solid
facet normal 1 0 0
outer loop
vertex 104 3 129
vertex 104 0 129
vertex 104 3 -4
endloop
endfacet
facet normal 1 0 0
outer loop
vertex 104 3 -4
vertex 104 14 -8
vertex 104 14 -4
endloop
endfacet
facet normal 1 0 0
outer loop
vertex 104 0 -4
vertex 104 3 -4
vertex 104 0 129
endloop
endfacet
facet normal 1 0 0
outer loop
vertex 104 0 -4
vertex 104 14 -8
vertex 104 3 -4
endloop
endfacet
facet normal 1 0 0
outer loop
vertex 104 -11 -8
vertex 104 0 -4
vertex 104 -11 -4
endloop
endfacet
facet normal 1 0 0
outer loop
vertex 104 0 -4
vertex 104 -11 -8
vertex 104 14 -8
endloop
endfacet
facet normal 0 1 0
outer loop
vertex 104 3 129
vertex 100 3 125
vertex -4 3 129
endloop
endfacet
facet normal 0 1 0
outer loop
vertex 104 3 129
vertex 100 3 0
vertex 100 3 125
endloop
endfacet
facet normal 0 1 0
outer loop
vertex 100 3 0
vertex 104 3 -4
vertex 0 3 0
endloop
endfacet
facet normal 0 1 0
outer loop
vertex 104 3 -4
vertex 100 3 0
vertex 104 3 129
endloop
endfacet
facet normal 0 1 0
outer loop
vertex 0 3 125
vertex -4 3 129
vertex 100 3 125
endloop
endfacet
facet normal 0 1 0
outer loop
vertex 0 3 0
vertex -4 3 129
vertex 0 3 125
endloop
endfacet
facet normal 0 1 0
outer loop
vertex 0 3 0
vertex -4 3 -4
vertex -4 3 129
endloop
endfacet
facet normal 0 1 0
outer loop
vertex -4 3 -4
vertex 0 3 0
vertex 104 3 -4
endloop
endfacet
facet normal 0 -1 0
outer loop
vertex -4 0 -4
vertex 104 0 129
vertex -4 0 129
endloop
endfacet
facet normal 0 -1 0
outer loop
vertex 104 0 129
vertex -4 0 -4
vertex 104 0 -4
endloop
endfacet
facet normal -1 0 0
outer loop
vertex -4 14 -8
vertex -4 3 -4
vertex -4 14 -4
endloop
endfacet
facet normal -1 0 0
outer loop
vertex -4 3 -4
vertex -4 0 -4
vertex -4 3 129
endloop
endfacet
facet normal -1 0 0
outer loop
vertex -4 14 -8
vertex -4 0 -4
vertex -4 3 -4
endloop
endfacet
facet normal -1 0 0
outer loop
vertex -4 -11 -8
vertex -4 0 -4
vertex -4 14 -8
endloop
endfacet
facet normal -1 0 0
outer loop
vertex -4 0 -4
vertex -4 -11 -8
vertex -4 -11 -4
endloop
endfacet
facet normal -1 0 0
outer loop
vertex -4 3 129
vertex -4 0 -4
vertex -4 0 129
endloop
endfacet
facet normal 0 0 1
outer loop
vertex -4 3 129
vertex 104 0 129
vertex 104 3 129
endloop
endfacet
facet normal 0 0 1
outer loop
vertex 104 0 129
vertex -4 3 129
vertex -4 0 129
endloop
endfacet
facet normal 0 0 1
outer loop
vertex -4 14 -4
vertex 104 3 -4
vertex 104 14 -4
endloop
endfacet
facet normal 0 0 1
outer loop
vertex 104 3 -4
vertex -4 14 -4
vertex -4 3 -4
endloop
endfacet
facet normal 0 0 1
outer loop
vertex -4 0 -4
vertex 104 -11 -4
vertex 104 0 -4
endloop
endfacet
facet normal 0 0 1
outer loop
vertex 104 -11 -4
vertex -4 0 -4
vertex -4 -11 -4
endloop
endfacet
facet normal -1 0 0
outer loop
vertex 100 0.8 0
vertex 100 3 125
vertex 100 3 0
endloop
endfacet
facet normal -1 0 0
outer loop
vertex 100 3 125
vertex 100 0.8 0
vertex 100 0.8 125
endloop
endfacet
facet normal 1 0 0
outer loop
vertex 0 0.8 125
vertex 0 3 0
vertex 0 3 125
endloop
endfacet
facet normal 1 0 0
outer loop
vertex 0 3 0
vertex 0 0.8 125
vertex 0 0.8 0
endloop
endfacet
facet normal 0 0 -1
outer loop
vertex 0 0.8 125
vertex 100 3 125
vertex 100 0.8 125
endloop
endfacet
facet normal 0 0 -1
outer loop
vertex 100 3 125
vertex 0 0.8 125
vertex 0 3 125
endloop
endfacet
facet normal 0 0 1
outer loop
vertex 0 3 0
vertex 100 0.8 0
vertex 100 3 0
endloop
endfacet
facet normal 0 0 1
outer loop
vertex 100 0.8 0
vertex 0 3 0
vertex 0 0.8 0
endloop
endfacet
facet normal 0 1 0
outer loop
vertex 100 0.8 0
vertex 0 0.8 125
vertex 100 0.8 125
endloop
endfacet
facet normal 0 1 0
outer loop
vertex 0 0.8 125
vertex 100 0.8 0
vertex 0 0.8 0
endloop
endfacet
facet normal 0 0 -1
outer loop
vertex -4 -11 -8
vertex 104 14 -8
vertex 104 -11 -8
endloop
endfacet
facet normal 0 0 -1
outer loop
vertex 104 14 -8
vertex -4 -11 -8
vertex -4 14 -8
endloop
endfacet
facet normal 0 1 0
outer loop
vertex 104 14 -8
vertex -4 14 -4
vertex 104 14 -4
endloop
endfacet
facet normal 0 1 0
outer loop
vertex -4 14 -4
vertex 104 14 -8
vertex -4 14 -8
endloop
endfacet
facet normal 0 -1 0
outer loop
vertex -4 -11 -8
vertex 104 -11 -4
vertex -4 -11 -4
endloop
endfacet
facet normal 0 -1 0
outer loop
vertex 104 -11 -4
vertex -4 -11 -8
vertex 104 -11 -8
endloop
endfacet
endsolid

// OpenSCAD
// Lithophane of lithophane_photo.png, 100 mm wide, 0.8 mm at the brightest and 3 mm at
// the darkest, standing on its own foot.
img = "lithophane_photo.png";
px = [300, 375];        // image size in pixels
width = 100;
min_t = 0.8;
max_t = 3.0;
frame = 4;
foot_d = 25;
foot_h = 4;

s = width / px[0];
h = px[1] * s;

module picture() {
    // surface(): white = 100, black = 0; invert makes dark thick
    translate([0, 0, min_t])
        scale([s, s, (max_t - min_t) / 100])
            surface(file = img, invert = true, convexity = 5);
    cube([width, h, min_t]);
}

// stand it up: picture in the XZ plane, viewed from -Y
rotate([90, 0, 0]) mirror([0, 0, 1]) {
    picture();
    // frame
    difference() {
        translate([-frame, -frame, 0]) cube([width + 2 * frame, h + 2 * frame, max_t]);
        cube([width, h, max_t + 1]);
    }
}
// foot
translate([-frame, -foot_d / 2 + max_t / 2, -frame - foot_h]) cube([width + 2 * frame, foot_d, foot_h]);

• **What you have to do**:
Every record above needs to be repeated word for word.

• **Task solution**:
solid
facet normal 1 0 0
outer loop
vertex 104 3 129
vertex 104 0 129
vertex 104 3 -4
endloop
endfacet
facet normal 1 0 0
outer loop
vertex 104 3 -4
vertex 104 14 -8
vertex 104 14 -4
endloop
endfacet
facet normal 1 0 0
outer loop
vertex 104 0 -4
vertex 104 3 -4
vertex 104 0 129
endloop
endfacet
facet normal 1 0 0
outer loop
vertex 104 0 -4
vertex 104 14 -8
vertex 104 3 -4
endloop
endfacet
facet normal 1 0 0
outer loop
vertex 104 -11 -8
vertex 104 0 -4
vertex 104 -11 -4
endloop
endfacet
facet normal 1 0 0
outer loop
vertex 104 0 -4
vertex 104 -11 -8
vertex 104 14 -8
endloop
endfacet
facet normal 0 1 0
outer loop
vertex 104 3 129
vertex 100 3 125
vertex -4 3 129
endloop
endfacet
facet normal 0 1 0
outer loop
vertex 104 3 129
vertex 100 3 0
vertex 100 3 125
endloop
endfacet
facet normal 0 1 0
outer loop
vertex 100 3 0
vertex 104 3 -4
vertex 0 3 0
endloop
endfacet
facet normal 0 1 0
outer loop
vertex 104 3 -4
vertex 100 3 0
vertex 104 3 129
endloop
endfacet
facet normal 0 1 0
outer loop
vertex 0 3 125
vertex -4 3 129
vertex 100 3 125
endloop
endfacet
facet normal 0 1 0
outer loop
vertex 0 3 0
vertex -4 3 129
vertex 0 3 125
endloop
endfacet
facet normal 0 1 0
outer loop
vertex 0 3 0
vertex -4 3 -4
vertex -4 3 129
endloop
endfacet
facet normal 0 1 0
outer loop
vertex -4 3 -4
vertex 0 3 0
vertex 104 3 -4
endloop
endfacet
facet normal 0 -1 0
outer loop
vertex -4 0 -4
vertex 104 0 129
vertex -4 0 129
endloop
endfacet
facet normal 0 -1 0
outer loop
vertex 104 0 129
vertex -4 0 -4
vertex 104 0 -4
endloop
endfacet
facet normal -1 0 0
outer loop
vertex -4 14 -8
vertex -4 3 -4
vertex -4 14 -4
endloop
endfacet
facet normal -1 0 0
outer loop
vertex -4 3 -4
vertex -4 0 -4
vertex -4 3 129
endloop
endfacet
facet normal -1 0 0
outer loop
vertex -4 14 -8
vertex -4 0 -4
vertex -4 3 -4
endloop
endfacet
facet normal -1 0 0
outer loop
vertex -4 -11 -8
vertex -4 0 -4
vertex -4 14 -8
endloop
endfacet
facet normal -1 0 0
outer loop
vertex -4 0 -4
vertex -4 -11 -8
vertex -4 -11 -4
endloop
endfacet
facet normal -1 0 0
outer loop
vertex -4 3 129
vertex -4 0 -4
vertex -4 0 129
endloop
endfacet
facet normal 0 0 1
outer loop
vertex -4 3 129
vertex 104 0 129
vertex 104 3 129
endloop
endfacet
facet normal 0 0 1
outer loop
vertex 104 0 129
vertex -4 3 129
vertex -4 0 129
endloop
endfacet
facet normal 0 0 1
outer loop
vertex -4 14 -4
vertex 104 3 -4
vertex 104 14 -4
endloop
endfacet
facet normal 0 0 1
outer loop
vertex 104 3 -4
vertex -4 14 -4
vertex -4 3 -4
endloop
endfacet
facet normal 0 0 1
outer loop
vertex -4 0 -4
vertex 104 -11 -4
vertex 104 0 -4
endloop
endfacet
facet normal 0 0 1
outer loop
vertex 104 -11 -4
vertex -4 0 -4
vertex -4 -11 -4
endloop
endfacet
facet normal -1 0 0
outer loop
vertex 100 0.8 0
vertex 100 3 125
vertex 100 3 0
endloop
endfacet
facet normal -1 0 0
outer loop
vertex 100 3 125
vertex 100 0.8 0
vertex 100 0.8 125
endloop
endfacet
facet normal 1 0 0
outer loop
vertex 0 0.8 125
vertex 0 3 0
vertex 0 3 125
endloop
endfacet
facet normal 1 0 0
outer loop
vertex 0 3 0
vertex 0 0.8 125
vertex 0 0.8 0
endloop
endfacet
facet normal 0 0 -1
outer loop
vertex 0 0.8 125
vertex 100 3 125
vertex 100 0.8 125
endloop
endfacet
facet normal 0 0 -1
outer loop
vertex 100 3 125
vertex 0 0.8 125
vertex 0 3 125
endloop
endfacet
facet normal 0 0 1
outer loop
vertex 0 3 0
vertex 100 0.8 0
vertex 100 3 0
endloop
endfacet
facet normal 0 0 1
outer loop
vertex 100 0.8 0
vertex 0 3 0
vertex 0 0.8 0
endloop
endfacet
facet normal 0 1 0
outer loop
vertex 100 0.8 0
vertex 0 0.8 125
vertex 100 0.8 125
endloop
endfacet
facet normal 0 1 0
outer loop
vertex 0 0.8 125
vertex 100 0.8 0
vertex 0 0.8 0
endloop
endfacet
facet normal 0 0 -1
outer loop
vertex -4 -11 -8
vertex 104 14 -8
vertex 104 -11 -8
endloop
endfacet
facet normal 0 0 -1
outer loop
vertex 104 14 -8
vertex -4 -11 -8
vertex -4 14 -8
endloop
endfacet
facet normal 0 1 0
outer loop
vertex 104 14 -8
vertex -4 14 -4
vertex 104 14 -4
endloop
endfacet
facet normal 0 1 0
outer loop
vertex -4 14 -4
vertex 104 14 -8
vertex -4 14 -8
endloop
endfacet
facet normal 0 -1 0
outer loop
vertex -4 -11 -8
vertex 104 -11 -4
vertex -4 -11 -4
endloop
endfacet
facet normal 0 -1 0
outer loop
vertex 104 -11 -4
vertex -4 -11 -8
vertex 104 -11 -8
endloop
endfacet
endsolid

// OpenSCAD
// Lithophane of lithophane_photo.png, 100 mm wide, 0.8 mm at the brightest and 3 mm at
// the darkest, standing on its own foot.
img = "lithophane_photo.png";
px = [300, 375];        // image size in pixels
width = 100;
min_t = 0.8;
max_t = 3.0;
frame = 4;
foot_d = 25;
foot_h = 4;

s = width / px[0];
h = px[1] * s;

module picture() {
    // surface(): white = 100, black = 0; invert makes dark thick
    translate([0, 0, min_t])
        scale([s, s, (max_t - min_t) / 100])
            surface(file = img, invert = true, convexity = 5);
    cube([width, h, min_t]);
}

// stand it up: picture in the XZ plane, viewed from -Y
rotate([90, 0, 0]) mirror([0, 0, 1]) {
    picture();
    // frame
    difference() {
        translate([-frame, -frame, 0]) cube([width + 2 * frame, h + 2 * frame, max_t]);
        cube([width, h, max_t + 1]);
    }
}
// foot
translate([-frame, -foot_d / 2 + max_t / 2, -frame - foot_h]) cube([width + 2 * frame, foot_d, foot_h]);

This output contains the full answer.